**WHAT YOU SHOULD DO**
The expected answer holds every line from the first line of the data below through the line containing "# Sketch1 → Boss-Extrude1 (new body)", exactly as written, and no other line.

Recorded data
================================
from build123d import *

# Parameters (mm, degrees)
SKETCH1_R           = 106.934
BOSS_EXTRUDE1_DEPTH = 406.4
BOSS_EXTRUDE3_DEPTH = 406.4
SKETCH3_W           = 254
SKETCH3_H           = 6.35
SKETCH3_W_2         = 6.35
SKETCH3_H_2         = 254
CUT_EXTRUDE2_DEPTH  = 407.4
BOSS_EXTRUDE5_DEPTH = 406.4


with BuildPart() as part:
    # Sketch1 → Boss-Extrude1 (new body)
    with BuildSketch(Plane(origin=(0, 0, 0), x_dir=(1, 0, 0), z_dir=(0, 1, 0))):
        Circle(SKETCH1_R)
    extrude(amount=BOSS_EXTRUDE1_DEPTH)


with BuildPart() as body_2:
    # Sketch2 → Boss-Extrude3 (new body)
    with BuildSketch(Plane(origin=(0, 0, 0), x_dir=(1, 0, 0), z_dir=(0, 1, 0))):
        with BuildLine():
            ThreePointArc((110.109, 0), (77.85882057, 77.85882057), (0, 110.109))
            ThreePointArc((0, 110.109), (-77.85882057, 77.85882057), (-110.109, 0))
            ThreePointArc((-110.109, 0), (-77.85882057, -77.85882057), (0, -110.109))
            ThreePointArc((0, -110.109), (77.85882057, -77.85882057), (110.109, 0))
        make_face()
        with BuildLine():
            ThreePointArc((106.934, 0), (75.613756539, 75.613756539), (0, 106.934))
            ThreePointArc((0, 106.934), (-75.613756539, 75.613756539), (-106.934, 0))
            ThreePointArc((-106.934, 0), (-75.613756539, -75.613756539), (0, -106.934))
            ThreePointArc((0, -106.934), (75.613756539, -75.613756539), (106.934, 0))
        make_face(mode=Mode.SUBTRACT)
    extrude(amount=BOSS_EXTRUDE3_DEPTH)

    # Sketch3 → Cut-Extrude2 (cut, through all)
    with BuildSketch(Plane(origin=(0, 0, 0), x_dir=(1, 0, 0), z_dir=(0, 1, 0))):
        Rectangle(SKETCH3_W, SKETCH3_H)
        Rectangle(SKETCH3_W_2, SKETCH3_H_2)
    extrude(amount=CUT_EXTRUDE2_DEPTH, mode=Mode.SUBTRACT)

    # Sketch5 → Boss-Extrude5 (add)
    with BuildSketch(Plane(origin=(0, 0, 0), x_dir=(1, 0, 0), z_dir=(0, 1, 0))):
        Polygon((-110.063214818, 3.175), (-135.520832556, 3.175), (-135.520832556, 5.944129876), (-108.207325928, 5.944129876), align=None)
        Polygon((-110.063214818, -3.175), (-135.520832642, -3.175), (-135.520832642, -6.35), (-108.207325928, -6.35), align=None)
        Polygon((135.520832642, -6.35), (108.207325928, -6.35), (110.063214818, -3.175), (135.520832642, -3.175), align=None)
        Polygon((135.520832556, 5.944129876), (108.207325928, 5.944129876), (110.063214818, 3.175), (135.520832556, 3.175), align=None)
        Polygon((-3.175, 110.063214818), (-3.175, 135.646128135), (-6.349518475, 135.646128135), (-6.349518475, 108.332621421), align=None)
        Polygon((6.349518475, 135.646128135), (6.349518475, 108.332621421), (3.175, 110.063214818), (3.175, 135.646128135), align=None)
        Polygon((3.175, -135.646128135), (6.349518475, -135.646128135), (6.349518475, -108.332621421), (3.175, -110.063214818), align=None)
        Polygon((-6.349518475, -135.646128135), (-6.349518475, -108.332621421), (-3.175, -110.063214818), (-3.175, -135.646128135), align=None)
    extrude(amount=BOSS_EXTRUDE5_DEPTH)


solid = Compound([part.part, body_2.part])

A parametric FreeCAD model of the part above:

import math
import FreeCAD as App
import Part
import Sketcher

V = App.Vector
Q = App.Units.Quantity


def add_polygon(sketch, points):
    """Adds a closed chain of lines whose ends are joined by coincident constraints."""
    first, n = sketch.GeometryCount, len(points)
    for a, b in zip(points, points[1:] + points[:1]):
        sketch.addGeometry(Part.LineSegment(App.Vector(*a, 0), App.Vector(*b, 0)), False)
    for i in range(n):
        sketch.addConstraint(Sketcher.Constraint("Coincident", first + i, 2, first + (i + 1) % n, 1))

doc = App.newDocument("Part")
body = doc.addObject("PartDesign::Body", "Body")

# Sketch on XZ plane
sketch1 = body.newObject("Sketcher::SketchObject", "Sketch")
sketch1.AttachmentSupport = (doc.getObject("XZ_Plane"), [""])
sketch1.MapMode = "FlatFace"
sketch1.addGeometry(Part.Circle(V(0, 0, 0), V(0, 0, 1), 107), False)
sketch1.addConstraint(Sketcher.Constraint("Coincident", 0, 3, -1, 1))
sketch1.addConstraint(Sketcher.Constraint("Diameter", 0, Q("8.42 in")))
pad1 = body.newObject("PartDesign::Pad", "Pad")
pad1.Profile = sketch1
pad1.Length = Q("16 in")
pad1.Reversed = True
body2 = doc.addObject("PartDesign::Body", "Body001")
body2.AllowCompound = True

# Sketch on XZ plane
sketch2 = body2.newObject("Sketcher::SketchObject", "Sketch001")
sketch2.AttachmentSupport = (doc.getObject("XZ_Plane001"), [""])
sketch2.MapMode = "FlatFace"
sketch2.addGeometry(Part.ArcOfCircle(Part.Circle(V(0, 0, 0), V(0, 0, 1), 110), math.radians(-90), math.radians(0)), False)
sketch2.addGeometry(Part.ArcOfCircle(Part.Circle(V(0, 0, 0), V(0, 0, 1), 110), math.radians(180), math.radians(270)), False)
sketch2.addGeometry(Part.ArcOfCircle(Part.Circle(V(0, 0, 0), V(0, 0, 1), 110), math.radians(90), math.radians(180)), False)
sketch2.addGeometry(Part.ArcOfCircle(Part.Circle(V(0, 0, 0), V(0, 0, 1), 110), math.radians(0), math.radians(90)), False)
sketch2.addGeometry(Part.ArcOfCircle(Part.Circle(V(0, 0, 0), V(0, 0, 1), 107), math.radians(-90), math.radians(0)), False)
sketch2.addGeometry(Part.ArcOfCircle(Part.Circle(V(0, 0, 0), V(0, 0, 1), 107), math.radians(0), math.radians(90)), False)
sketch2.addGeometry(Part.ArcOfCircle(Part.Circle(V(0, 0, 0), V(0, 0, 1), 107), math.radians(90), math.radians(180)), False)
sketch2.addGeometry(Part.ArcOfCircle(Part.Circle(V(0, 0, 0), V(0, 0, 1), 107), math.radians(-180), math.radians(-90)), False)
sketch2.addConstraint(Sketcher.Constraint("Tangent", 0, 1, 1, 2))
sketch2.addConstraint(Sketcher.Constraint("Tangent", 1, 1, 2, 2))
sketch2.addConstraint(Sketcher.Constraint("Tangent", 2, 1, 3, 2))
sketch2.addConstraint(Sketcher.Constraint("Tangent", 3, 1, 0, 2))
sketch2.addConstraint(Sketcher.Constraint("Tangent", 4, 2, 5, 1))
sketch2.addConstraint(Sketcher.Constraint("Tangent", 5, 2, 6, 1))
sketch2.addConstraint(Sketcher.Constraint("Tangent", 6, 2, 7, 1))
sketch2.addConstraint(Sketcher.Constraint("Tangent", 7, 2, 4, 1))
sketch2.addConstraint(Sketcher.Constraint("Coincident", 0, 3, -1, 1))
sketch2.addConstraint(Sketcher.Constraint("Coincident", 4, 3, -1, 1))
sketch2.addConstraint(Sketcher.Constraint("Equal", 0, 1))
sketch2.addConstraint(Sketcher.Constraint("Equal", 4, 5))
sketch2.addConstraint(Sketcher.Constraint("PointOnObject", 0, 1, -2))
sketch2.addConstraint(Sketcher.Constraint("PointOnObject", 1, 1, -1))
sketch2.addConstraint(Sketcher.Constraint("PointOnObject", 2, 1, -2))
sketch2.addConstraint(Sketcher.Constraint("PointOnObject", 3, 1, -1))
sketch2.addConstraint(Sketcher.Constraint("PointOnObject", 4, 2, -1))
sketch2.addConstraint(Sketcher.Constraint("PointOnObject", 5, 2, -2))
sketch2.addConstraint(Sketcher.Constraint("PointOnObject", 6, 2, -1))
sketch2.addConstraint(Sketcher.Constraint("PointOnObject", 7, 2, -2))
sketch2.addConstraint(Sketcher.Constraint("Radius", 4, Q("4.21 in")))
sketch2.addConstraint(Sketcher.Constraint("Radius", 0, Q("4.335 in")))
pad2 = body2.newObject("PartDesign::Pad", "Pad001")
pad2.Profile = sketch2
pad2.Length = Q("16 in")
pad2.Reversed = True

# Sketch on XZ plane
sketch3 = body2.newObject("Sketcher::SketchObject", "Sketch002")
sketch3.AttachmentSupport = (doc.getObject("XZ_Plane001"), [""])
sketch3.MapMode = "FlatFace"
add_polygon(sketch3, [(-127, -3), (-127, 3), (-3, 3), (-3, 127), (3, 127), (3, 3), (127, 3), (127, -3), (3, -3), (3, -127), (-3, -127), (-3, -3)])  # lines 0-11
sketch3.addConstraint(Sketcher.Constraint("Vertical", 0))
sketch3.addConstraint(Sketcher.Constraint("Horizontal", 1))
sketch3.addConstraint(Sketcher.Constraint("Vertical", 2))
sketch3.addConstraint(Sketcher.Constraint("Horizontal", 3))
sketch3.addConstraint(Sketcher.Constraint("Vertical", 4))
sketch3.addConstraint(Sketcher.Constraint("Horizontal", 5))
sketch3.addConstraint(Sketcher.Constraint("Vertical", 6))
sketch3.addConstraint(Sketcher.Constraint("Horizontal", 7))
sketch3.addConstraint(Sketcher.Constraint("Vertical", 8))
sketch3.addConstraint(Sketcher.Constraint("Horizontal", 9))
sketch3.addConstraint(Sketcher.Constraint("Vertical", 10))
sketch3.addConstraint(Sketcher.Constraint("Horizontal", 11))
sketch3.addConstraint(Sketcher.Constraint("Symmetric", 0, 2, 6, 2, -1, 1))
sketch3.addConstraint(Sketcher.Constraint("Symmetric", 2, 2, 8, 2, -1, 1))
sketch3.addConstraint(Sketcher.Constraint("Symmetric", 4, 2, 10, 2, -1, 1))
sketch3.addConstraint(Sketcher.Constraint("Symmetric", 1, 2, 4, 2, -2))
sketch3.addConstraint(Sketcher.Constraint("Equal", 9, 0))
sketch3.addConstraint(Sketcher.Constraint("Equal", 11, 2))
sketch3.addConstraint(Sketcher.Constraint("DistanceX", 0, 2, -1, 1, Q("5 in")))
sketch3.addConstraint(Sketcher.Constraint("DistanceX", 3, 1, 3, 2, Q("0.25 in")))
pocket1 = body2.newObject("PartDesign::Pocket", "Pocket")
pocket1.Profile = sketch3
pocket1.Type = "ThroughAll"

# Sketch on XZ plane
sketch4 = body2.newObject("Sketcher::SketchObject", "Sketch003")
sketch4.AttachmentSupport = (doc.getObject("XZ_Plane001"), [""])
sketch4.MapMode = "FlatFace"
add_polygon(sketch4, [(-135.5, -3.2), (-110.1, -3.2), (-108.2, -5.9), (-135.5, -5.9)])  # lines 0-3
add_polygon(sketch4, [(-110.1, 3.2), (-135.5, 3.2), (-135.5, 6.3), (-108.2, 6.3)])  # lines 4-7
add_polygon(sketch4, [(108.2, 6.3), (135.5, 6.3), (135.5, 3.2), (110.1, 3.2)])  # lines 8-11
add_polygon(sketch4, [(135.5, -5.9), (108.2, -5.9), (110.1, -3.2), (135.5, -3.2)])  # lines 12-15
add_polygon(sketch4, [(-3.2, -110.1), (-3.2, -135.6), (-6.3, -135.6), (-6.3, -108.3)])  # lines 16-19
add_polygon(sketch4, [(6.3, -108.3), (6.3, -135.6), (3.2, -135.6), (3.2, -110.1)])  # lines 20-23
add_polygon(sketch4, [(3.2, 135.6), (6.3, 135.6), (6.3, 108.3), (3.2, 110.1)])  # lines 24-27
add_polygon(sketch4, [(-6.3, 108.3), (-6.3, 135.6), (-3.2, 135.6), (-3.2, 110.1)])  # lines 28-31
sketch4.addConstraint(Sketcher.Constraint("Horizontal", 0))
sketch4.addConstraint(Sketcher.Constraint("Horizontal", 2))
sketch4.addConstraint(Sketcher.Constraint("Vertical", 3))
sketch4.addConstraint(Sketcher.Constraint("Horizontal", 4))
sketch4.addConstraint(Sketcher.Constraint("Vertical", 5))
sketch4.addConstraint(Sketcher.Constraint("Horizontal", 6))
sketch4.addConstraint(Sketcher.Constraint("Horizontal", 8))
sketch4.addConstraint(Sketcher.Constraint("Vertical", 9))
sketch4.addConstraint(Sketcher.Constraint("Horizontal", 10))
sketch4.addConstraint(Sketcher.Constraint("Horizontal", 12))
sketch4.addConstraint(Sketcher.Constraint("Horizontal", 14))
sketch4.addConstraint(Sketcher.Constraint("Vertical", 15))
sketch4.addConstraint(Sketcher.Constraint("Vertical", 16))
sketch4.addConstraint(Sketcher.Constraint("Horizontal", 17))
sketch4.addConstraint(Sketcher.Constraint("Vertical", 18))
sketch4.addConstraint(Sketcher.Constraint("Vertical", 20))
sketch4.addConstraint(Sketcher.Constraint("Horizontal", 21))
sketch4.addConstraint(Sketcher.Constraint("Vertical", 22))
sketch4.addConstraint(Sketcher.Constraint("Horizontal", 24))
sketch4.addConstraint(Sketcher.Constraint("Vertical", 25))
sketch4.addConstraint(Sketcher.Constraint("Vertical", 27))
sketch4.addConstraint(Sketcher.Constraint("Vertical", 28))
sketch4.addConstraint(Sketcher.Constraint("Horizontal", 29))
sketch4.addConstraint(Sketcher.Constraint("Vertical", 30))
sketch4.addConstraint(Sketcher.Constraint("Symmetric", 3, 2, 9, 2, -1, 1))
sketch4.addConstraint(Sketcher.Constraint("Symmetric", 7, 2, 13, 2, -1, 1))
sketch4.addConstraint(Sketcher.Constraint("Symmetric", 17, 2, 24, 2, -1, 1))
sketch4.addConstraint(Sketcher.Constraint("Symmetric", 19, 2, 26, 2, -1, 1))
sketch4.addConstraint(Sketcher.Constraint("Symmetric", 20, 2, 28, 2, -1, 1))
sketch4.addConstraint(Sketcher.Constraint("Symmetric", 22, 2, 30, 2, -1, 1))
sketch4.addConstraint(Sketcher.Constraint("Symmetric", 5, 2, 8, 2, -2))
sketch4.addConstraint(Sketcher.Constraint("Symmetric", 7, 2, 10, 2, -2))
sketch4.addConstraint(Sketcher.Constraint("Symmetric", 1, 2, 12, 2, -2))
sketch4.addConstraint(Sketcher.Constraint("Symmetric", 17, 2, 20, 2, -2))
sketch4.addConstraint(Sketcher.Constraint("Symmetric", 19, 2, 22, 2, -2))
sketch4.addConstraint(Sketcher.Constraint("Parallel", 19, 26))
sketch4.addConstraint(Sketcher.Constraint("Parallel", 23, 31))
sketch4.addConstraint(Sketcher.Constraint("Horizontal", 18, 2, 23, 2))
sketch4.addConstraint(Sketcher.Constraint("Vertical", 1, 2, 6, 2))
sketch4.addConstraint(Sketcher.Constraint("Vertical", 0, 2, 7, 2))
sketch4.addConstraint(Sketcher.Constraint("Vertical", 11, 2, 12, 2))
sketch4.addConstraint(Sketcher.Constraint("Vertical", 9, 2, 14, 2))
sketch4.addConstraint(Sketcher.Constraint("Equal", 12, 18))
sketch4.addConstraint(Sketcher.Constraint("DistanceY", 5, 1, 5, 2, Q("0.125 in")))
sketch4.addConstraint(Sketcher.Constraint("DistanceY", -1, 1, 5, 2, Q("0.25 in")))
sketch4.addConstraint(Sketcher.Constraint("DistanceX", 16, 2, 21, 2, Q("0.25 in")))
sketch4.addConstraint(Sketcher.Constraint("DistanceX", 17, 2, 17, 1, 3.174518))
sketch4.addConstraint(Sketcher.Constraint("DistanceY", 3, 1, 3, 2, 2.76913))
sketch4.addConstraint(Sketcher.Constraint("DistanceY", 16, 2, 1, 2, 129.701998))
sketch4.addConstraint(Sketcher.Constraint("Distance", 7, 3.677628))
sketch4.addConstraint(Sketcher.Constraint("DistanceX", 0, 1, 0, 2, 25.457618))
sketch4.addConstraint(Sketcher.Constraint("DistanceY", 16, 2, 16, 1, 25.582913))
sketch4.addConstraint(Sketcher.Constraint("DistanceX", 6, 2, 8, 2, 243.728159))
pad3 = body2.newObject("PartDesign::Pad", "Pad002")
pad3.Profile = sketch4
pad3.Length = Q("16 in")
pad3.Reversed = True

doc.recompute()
================================
**WRITTEN ANSWER**
from build123d import *

# Parameters (mm, degrees)
SKETCH1_R           = 106.934
BOSS_EXTRUDE1_DEPTH = 406.4
BOSS_EXTRUDE3_DEPTH = 406.4
SKETCH3_W           = 254
SKETCH3_H           = 6.35
SKETCH3_W_2         = 6.35
SKETCH3_H_2         = 254
CUT_EXTRUDE2_DEPTH  = 407.4
BOSS_EXTRUDE5_DEPTH = 406.4


with BuildPart() as part:
    # Sketch1 → Boss-Extrude1 (new body)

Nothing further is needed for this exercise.